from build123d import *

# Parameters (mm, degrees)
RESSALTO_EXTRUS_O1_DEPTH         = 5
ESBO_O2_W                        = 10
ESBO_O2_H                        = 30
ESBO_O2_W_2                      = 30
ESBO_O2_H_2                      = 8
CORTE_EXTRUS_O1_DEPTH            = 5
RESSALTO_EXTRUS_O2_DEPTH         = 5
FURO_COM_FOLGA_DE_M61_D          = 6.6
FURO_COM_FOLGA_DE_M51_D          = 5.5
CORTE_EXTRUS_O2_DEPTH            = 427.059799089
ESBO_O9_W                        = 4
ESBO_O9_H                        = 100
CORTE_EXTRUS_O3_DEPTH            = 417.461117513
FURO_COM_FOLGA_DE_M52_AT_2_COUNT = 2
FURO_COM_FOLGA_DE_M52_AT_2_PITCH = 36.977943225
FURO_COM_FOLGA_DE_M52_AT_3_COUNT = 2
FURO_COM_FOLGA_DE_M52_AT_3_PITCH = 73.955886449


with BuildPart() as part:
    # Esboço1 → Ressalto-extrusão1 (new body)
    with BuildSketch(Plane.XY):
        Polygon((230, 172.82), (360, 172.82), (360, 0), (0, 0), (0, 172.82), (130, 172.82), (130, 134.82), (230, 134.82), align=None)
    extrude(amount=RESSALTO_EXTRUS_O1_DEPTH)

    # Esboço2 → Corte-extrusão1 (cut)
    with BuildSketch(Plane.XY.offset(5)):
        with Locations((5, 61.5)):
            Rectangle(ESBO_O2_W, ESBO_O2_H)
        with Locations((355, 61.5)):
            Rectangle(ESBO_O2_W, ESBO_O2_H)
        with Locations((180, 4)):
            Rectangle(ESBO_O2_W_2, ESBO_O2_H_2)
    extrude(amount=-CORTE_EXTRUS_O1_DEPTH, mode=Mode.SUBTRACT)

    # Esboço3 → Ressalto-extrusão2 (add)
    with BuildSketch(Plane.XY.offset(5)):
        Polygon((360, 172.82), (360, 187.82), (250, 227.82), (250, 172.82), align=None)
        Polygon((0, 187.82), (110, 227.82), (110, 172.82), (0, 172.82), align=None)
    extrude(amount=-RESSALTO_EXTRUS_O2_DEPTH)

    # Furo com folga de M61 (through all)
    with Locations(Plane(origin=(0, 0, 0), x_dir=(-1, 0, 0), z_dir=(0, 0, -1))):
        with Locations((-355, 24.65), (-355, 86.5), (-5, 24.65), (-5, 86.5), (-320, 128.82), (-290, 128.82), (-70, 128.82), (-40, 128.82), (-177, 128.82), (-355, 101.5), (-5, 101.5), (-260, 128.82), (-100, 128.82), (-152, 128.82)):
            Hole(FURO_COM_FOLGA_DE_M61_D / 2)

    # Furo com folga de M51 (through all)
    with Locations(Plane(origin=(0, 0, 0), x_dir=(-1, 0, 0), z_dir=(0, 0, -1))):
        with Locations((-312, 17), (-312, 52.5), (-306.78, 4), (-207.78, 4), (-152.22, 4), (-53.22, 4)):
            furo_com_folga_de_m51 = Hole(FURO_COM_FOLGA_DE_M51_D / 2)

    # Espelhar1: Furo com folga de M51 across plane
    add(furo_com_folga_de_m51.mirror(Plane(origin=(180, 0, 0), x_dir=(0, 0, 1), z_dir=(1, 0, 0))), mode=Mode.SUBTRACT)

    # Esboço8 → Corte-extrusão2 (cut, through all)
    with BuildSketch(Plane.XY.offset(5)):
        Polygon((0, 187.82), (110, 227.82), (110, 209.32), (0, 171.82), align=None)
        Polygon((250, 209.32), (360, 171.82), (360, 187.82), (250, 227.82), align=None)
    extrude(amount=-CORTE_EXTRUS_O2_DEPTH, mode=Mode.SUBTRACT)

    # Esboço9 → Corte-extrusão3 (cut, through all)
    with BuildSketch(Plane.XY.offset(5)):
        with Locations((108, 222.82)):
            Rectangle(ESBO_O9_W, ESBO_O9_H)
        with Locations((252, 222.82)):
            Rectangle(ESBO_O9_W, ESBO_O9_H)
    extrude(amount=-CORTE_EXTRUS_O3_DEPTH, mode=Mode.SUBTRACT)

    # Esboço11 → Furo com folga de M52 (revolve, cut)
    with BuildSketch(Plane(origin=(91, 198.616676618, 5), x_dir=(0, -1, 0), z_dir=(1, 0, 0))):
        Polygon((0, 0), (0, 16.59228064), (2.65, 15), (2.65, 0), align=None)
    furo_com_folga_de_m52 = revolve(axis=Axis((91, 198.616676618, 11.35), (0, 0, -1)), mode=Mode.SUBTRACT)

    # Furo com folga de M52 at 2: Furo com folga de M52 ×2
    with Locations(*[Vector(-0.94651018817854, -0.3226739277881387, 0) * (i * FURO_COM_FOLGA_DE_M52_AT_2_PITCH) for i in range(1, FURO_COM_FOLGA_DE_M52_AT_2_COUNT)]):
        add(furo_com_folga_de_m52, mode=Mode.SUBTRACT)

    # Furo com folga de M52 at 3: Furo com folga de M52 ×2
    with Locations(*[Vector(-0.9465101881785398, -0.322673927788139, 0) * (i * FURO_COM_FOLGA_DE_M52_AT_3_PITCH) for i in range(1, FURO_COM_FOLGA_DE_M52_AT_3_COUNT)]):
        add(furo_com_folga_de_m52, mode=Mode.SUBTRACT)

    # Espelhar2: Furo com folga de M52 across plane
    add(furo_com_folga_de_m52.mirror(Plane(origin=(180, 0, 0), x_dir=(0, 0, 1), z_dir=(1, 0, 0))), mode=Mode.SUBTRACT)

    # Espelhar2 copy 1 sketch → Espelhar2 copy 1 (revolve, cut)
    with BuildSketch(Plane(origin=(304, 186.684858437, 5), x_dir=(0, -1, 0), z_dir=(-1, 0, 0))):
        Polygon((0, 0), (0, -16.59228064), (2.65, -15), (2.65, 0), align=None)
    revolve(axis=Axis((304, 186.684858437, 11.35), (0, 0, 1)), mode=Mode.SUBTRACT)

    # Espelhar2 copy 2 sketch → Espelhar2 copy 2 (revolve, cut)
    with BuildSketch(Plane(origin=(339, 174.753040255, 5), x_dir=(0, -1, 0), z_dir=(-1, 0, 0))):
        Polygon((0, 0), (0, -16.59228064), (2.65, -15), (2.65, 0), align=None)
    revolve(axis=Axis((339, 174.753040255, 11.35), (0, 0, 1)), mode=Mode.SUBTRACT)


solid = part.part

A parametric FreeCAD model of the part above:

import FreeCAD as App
import Part
import Sketcher
Q = App.Units.Quantity


def add_polygon(sketch, points):
    """Adds a closed chain of lines whose ends are joined by coincident constraints."""
    first, n = sketch.GeometryCount, len(points)
    for a, b in zip(points, points[1:] + points[:1]):
        sketch.addGeometry(Part.LineSegment(App.Vector(*a, 0), App.Vector(*b, 0)), False)
    for i in range(n):
        sketch.addConstraint(Sketcher.Constraint("Coincident", first + i, 2, first + (i + 1) % n, 1))

doc = App.newDocument("Part")
body = doc.addObject("PartDesign::Body", "Body")

# Sketch on XY plane
sketch1 = body.newObject("Sketcher::SketchObject", "Sketch")
sketch1.AttachmentSupport = (doc.getObject("XY_Plane"), [""])
sketch1.MapMode = "FlatFace"
add_polygon(sketch1, [(360, 173), (230, 173), (230, 135), (130, 135), (130, 173), (0, 173), (0, 0), (360, 0)])  # lines 0-7
sketch1.addConstraint(Sketcher.Constraint("Horizontal", 0))
sketch1.addConstraint(Sketcher.Constraint("Vertical", 1))
sketch1.addConstraint(Sketcher.Constraint("Horizontal", 2))
sketch1.addConstraint(Sketcher.Constraint("Vertical", 3))
sketch1.addConstraint(Sketcher.Constraint("Horizontal", 4))
sketch1.addConstraint(Sketcher.Constraint("Vertical", 5))
sketch1.addConstraint(Sketcher.Constraint("Horizontal", 6))
sketch1.addConstraint(Sketcher.Constraint("Vertical", 7))
sketch1.addConstraint(Sketcher.Constraint("Coincident", 5, 2, -1, 1))
sketch1.addConstraint(Sketcher.Constraint("Horizontal", 0, 2, 3, 2))
sketch1.addConstraint(Sketcher.Constraint("Equal", 0, 4))
sketch1.addConstraint(Sketcher.Constraint("DistanceX", 0, 2, 0, 1, 130.0))
sketch1.addConstraint(Sketcher.Constraint("DistanceX", 2, 2, 2, 1, 100.0))
sketch1.addConstraint(Sketcher.Constraint("DistanceY", 1, 2, 1, 1, 38.0))
sketch1.addConstraint(Sketcher.Constraint("DistanceY", 5, 2, 5, 1, 172.82))
pad1 = body.newObject("PartDesign::Pad", "Pad")
pad1.Profile = sketch1
pad1.Length = 5

# Sketch on XY plane
sketch2 = body.newObject("Sketcher::SketchObject", "Sketch001")
sketch2.AttachmentSupport = (doc.getObject("XY_Plane"), [""])
sketch2.MapMode = "FlatFace"
sketch2.AttachmentOffset = App.Placement(App.Vector(0, 0, 5), App.Rotation())
add_polygon(sketch2, [(0, 76), (0, 46), (10, 46), (10, 76)])  # lines 0-3
add_polygon(sketch2, [(350, 76), (350, 46), (360, 46), (360, 76)])  # lines 4-7
add_polygon(sketch2, [(165, 8), (165, 0), (195, 0), (195, 8)])  # lines 8-11
sketch2.addConstraint(Sketcher.Constraint("Vertical", 0))
sketch2.addConstraint(Sketcher.Constraint("Horizontal", 1))
sketch2.addConstraint(Sketcher.Constraint("Vertical", 2))
sketch2.addConstraint(Sketcher.Constraint("Horizontal", 3))
sketch2.addConstraint(Sketcher.Constraint("Vertical", 4))
sketch2.addConstraint(Sketcher.Constraint("Horizontal", 5))
sketch2.addConstraint(Sketcher.Constraint("Vertical", 6))
sketch2.addConstraint(Sketcher.Constraint("Horizontal", 7))
sketch2.addConstraint(Sketcher.Constraint("Vertical", 8))
sketch2.addConstraint(Sketcher.Constraint("Horizontal", 9))
sketch2.addConstraint(Sketcher.Constraint("Vertical", 10))
sketch2.addConstraint(Sketcher.Constraint("Horizontal", 11))
sketch2.addConstraint(Sketcher.Constraint("PointOnObject", 0, 2, -2))
sketch2.addConstraint(Sketcher.Constraint("PointOnObject", 8, 2, -1))
sketch2.addConstraint(Sketcher.Constraint("Horizontal", 1, 2, 4, 2))
sketch2.addConstraint(Sketcher.Constraint("Horizontal", 3, 2, 6, 2))
sketch2.addConstraint(Sketcher.Constraint("Equal", 3, 5))
sketch2.addConstraint(Sketcher.Constraint("Equal", 11, 0))
sketch2.addConstraint(Sketcher.Constraint("DistanceX", 1, 1, 1, 2, 10.0))
sketch2.addConstraint(Sketcher.Constraint("DistanceX", 9, 1, 9, 2, 30.0))
sketch2.addConstraint(Sketcher.Constraint("DistanceY", 8, 2, 8, 1, 8.0))
sketch2.addConstraint(Sketcher.Constraint("DistanceX", -1, 1, 4, 2, 350.0))
sketch2.addConstraint(Sketcher.Constraint("DistanceX", -1, 1, 8, 2, 165.0))
sketch2.addConstraint(Sketcher.Constraint("DistanceY", -1, 1, 0, 2, 46.5))
pocket1 = body.newObject("PartDesign::Pocket", "Pocket")
pocket1.Profile = sketch2
pocket1.Length = 5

※ ※ ※

* [What you need to do]
Anywhere the listing shows the word "amount", copy the full line.

* [Task result]
    extrude(amount=RESSALTO_EXTRUS_O1_DEPTH)
    extrude(amount=-CORTE_EXTRUS_O1_DEPTH, mode=Mode.SUBTRACT)
    extrude(amount=-RESSALTO_EXTRUS_O2_DEPTH)
    extrude(amount=-CORTE_EXTRUS_O2_DEPTH, mode=Mode.SUBTRACT)
    extrude(amount=-CORTE_EXTRUS_O3_DEPTH, mode=Mode.SUBTRACT)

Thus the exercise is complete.